最近、同じ肥満でも内臓脂肪型肥満が注目されています。メタボリックシンドローム(MS)という古くて新しい考え方です。MSは内蔵型肥満が原因で肥満、高血圧、高脂血症、糖尿病が複数重なり、最後は動脈硬化を引き起こす症候群ですが、心臓病や脳卒中による突然死の危険も高まります。ウエスト周囲径で男性八十五センチ以上、女性九十センチ以上。中性脂肪、血圧、善玉コレステロール、空腹時血糖の五項目で、三項目以上で異常値があった場合にMSと診断され、早期の治療が必要です。各個人の状態により異なることがありますので、かかりつけの医師とよく相談するようにしましょう。

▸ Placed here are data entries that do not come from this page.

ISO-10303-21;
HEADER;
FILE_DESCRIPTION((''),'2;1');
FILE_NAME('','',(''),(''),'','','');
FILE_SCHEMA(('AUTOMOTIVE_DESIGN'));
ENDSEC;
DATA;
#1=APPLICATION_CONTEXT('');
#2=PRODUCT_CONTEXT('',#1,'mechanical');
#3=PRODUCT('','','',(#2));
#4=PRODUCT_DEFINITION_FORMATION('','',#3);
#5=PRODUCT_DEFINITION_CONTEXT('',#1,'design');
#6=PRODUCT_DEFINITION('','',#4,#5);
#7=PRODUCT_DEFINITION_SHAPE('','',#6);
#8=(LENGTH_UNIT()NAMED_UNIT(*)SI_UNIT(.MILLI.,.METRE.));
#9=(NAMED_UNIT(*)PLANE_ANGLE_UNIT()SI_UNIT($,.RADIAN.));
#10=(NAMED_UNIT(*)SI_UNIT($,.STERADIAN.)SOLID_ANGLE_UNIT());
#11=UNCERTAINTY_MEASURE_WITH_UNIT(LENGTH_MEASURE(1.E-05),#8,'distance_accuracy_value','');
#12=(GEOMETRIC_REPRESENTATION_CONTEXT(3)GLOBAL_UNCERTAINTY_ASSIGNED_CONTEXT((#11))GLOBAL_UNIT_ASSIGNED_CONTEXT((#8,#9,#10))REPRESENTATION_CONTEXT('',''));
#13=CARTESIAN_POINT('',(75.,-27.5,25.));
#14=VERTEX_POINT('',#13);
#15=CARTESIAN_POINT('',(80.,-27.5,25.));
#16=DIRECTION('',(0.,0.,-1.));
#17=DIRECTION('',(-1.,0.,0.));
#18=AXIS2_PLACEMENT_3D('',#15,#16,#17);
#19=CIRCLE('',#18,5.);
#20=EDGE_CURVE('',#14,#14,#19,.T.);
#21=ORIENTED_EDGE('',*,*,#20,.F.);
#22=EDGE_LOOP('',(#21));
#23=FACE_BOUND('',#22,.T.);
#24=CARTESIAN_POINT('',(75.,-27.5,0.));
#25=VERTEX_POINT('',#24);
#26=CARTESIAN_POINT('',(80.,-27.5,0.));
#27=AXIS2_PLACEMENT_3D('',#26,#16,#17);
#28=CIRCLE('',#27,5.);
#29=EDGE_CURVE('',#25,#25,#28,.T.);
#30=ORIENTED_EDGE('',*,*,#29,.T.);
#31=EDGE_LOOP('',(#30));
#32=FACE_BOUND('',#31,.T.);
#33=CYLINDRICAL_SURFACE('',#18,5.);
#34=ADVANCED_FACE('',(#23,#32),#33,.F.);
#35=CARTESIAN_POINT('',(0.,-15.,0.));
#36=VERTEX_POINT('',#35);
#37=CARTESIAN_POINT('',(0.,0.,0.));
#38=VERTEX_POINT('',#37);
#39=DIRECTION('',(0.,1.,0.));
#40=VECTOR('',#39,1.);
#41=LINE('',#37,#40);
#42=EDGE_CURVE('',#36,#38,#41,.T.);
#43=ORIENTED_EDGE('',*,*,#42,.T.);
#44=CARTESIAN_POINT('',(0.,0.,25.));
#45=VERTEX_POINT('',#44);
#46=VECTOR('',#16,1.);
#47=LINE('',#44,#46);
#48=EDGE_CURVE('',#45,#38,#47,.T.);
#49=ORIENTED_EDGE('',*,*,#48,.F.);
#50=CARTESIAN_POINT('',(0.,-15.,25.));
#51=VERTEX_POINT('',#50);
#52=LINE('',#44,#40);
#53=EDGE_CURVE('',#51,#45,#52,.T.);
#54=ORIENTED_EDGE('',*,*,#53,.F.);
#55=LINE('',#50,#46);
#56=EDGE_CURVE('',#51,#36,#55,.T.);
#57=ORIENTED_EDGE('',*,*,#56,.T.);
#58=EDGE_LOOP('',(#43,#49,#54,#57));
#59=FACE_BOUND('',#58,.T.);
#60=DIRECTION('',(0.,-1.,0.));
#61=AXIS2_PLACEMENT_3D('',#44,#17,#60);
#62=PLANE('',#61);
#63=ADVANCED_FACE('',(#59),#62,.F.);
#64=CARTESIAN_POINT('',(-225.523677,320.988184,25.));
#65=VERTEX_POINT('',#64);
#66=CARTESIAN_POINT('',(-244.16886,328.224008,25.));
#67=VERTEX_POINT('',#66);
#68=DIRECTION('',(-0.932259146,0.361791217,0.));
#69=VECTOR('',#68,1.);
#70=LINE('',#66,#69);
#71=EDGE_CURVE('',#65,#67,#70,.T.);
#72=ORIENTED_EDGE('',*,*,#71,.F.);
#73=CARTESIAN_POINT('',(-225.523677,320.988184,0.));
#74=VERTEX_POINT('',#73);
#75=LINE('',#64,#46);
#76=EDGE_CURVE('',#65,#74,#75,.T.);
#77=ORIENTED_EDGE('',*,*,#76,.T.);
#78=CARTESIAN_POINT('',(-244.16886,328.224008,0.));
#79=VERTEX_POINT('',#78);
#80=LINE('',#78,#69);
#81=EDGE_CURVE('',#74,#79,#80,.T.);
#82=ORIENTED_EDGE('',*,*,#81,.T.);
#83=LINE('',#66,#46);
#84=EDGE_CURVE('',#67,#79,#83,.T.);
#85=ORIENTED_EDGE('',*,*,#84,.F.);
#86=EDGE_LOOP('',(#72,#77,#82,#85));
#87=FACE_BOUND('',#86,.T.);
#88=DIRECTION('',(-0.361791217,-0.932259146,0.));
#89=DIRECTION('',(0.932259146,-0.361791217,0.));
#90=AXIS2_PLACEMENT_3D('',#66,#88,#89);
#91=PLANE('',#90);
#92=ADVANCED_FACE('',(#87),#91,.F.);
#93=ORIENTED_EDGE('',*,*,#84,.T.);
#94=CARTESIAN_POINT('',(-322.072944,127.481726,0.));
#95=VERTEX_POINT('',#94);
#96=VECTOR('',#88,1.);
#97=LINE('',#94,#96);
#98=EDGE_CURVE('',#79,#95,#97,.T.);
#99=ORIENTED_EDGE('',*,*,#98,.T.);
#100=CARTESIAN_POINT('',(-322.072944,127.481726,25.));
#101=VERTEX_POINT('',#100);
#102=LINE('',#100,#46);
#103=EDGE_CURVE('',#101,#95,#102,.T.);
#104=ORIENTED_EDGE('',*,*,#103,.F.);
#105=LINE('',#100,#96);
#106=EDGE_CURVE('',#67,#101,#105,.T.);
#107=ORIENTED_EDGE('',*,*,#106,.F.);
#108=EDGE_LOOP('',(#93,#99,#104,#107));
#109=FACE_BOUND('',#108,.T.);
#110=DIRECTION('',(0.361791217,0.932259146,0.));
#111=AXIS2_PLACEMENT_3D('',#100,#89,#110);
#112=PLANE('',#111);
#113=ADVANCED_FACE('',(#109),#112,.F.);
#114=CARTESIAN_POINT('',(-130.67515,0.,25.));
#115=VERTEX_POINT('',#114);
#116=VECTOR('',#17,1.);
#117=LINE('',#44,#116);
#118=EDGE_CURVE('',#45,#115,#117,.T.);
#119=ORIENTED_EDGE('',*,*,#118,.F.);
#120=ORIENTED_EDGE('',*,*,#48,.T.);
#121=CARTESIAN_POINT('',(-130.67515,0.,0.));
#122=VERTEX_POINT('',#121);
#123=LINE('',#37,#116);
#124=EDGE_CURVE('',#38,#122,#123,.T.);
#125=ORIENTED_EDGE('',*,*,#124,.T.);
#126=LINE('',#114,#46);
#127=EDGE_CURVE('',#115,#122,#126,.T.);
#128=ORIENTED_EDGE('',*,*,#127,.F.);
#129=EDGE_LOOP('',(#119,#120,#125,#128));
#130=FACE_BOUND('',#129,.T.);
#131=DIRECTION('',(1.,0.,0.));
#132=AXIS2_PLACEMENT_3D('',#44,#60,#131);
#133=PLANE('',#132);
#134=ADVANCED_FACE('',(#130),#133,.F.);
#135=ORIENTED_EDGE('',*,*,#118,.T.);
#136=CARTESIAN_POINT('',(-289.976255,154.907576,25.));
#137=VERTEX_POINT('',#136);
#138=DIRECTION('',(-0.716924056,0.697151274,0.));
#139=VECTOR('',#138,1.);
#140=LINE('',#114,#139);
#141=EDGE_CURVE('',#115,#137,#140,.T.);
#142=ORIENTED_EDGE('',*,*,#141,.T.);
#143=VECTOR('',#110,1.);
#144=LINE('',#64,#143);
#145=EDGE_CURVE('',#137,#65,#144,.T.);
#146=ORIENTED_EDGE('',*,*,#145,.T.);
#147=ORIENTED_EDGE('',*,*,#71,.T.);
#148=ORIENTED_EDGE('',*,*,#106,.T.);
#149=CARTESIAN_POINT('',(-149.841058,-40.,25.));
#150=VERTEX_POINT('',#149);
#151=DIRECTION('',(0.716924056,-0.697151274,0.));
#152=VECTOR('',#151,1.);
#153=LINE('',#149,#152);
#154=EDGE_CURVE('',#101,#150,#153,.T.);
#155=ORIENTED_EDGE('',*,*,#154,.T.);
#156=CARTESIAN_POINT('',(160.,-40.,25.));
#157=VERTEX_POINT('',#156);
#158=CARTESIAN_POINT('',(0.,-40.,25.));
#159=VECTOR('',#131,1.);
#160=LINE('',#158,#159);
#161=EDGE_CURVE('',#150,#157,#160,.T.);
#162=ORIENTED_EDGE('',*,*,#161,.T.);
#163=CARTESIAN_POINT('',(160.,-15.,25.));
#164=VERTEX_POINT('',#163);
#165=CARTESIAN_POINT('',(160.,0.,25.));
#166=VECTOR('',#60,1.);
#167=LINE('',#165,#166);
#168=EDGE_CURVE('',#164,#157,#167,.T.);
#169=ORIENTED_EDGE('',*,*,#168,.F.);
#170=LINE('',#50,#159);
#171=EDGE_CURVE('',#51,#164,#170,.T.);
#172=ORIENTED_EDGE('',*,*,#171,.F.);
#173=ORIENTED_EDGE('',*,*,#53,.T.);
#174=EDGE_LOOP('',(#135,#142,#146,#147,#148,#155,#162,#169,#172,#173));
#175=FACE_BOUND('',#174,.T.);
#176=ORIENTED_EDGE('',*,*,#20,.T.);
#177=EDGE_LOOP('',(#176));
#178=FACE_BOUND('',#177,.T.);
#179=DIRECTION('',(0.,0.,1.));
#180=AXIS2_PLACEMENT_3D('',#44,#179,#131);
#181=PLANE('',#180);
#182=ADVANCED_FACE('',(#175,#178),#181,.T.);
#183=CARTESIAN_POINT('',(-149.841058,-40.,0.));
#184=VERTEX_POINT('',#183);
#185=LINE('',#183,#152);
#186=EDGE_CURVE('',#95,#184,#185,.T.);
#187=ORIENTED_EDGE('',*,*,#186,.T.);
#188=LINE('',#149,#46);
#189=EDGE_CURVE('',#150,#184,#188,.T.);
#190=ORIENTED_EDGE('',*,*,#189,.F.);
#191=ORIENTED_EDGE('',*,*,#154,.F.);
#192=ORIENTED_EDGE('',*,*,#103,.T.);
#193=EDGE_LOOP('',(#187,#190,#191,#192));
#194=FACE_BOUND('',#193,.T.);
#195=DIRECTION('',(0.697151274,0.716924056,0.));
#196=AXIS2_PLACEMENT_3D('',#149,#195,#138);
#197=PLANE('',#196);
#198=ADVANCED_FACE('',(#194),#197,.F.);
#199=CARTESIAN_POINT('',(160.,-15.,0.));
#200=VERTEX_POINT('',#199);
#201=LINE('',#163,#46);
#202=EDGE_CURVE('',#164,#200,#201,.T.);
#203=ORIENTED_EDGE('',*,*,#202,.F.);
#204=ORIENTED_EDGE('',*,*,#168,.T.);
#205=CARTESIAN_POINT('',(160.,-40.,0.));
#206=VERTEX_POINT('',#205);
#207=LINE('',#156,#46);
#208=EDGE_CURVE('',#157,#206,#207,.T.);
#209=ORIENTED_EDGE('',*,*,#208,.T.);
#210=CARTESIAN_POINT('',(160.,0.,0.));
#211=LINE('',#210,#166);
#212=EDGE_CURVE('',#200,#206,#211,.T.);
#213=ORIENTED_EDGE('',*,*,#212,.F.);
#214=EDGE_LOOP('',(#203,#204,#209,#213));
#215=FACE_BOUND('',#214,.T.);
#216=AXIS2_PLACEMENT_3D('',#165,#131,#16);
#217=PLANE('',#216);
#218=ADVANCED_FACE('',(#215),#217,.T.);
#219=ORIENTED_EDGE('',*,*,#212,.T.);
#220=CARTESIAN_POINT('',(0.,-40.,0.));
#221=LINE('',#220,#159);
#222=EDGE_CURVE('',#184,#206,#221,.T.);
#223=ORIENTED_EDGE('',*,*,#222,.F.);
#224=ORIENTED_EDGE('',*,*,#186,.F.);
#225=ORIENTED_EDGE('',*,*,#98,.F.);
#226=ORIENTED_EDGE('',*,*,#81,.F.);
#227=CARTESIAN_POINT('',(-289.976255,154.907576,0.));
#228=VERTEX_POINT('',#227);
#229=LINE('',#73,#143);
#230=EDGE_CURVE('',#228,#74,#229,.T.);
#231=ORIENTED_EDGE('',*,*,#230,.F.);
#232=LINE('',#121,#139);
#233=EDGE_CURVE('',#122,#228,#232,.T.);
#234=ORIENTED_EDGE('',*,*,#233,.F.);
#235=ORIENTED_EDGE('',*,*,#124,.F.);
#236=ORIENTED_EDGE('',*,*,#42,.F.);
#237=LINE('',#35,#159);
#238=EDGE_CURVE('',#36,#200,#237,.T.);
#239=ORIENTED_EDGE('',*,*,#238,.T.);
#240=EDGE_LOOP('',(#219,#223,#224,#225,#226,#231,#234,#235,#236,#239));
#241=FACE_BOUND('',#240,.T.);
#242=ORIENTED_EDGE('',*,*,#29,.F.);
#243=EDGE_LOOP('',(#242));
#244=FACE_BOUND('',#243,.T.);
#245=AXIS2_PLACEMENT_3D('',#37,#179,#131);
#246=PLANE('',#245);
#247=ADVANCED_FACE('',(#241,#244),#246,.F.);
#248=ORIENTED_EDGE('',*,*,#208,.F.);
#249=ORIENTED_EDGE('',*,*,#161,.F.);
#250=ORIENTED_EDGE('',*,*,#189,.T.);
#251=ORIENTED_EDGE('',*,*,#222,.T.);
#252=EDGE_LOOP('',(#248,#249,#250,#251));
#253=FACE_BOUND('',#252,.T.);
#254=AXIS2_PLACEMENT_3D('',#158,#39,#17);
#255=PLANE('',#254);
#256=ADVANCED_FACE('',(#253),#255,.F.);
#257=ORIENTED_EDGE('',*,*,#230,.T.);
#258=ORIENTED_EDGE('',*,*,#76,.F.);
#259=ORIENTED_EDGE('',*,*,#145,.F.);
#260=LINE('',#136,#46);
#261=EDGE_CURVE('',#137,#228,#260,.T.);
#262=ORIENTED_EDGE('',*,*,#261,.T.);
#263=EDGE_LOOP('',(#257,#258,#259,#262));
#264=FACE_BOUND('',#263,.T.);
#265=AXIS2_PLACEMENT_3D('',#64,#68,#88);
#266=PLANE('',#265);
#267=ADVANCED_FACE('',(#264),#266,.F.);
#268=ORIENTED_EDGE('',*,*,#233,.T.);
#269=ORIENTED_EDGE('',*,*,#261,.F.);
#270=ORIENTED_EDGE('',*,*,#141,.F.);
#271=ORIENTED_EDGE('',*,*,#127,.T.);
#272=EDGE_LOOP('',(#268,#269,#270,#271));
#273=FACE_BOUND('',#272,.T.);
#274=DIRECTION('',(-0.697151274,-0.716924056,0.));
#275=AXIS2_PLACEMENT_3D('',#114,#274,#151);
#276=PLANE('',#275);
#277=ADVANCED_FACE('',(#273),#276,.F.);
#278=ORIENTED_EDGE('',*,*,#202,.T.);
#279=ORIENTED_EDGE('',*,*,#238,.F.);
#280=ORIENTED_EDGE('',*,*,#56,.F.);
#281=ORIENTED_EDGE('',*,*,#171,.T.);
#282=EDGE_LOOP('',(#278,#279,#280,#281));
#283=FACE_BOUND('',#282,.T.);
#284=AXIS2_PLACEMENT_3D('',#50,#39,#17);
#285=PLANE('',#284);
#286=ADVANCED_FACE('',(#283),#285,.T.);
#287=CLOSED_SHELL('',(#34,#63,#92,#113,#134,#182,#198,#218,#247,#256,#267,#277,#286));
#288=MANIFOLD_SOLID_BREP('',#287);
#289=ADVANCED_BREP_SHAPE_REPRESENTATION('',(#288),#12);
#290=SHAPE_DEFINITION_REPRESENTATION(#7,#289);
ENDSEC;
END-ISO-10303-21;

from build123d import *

# Parameters (mm, degrees)
EXTRUDE_2_DEPTH = 25
SKETCH_3_W      = 160
SKETCH_3_H      = 25
SKETCH_3_R      = 5
EXTRUDE_3_DEPTH = 25


with BuildPart() as part:
    # 草图1 → 凸台-拉伸2 (new body)
    with BuildSketch(Plane.XY):
        Polygon((0, 0), (0, -40), (-149.841058107, -40), (-322.072943576, 127.48172604), (-244.168859764, 328.224008492), (-225.523676843, 320.988184155), (-289.976254661, 154.907576464), (-130.675150004, 0), align=None)
    extrude(amount=EXTRUDE_2_DEPTH)

    # 草图3 → 凸台-拉伸3 (add)
    with BuildSketch(Plane(origin=(0, 0, 0), x_dir=(-1, 0, 0), z_dir=(0, 0, -1))):
        with Locations((-80, -27.5)):
            Rectangle(SKETCH_3_W, SKETCH_3_H)
        with Locations((-80, -27.5)):
            Circle(SKETCH_3_R, mode=Mode.SUBTRACT)
    extrude(amount=-EXTRUDE_3_DEPTH)


solid = part.part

肥満は摂取カロリーと消費カロリーのバランスによって決まります。肥満を防止、解消するには、食事を減らして摂取カロリーを少なくするか、運動を行って消費カロリーを多くするかのいずれか、あるいは両方を行うしか方法はありません。ところが、食事を制限することは栄養の面からも問題がありますので、ある程度十分に食べ、その代わり運動によって余分なカロリーを燃焼させるやり方が健康維持のためには良いと言えます。運動には軽運動を長時間にわたって行う有酸素運動と強い運動を短時間だけ行う無酸素運動の二種類があり、脂肪を燃焼させるためにはウオーキング、水泳のような有酸素運動が効果的。ダイエット食など楽して健康的および恒常的に肥満を防止する方法はないのです。各個人にあった食事療法や運動処方を主治医に相談してみてください。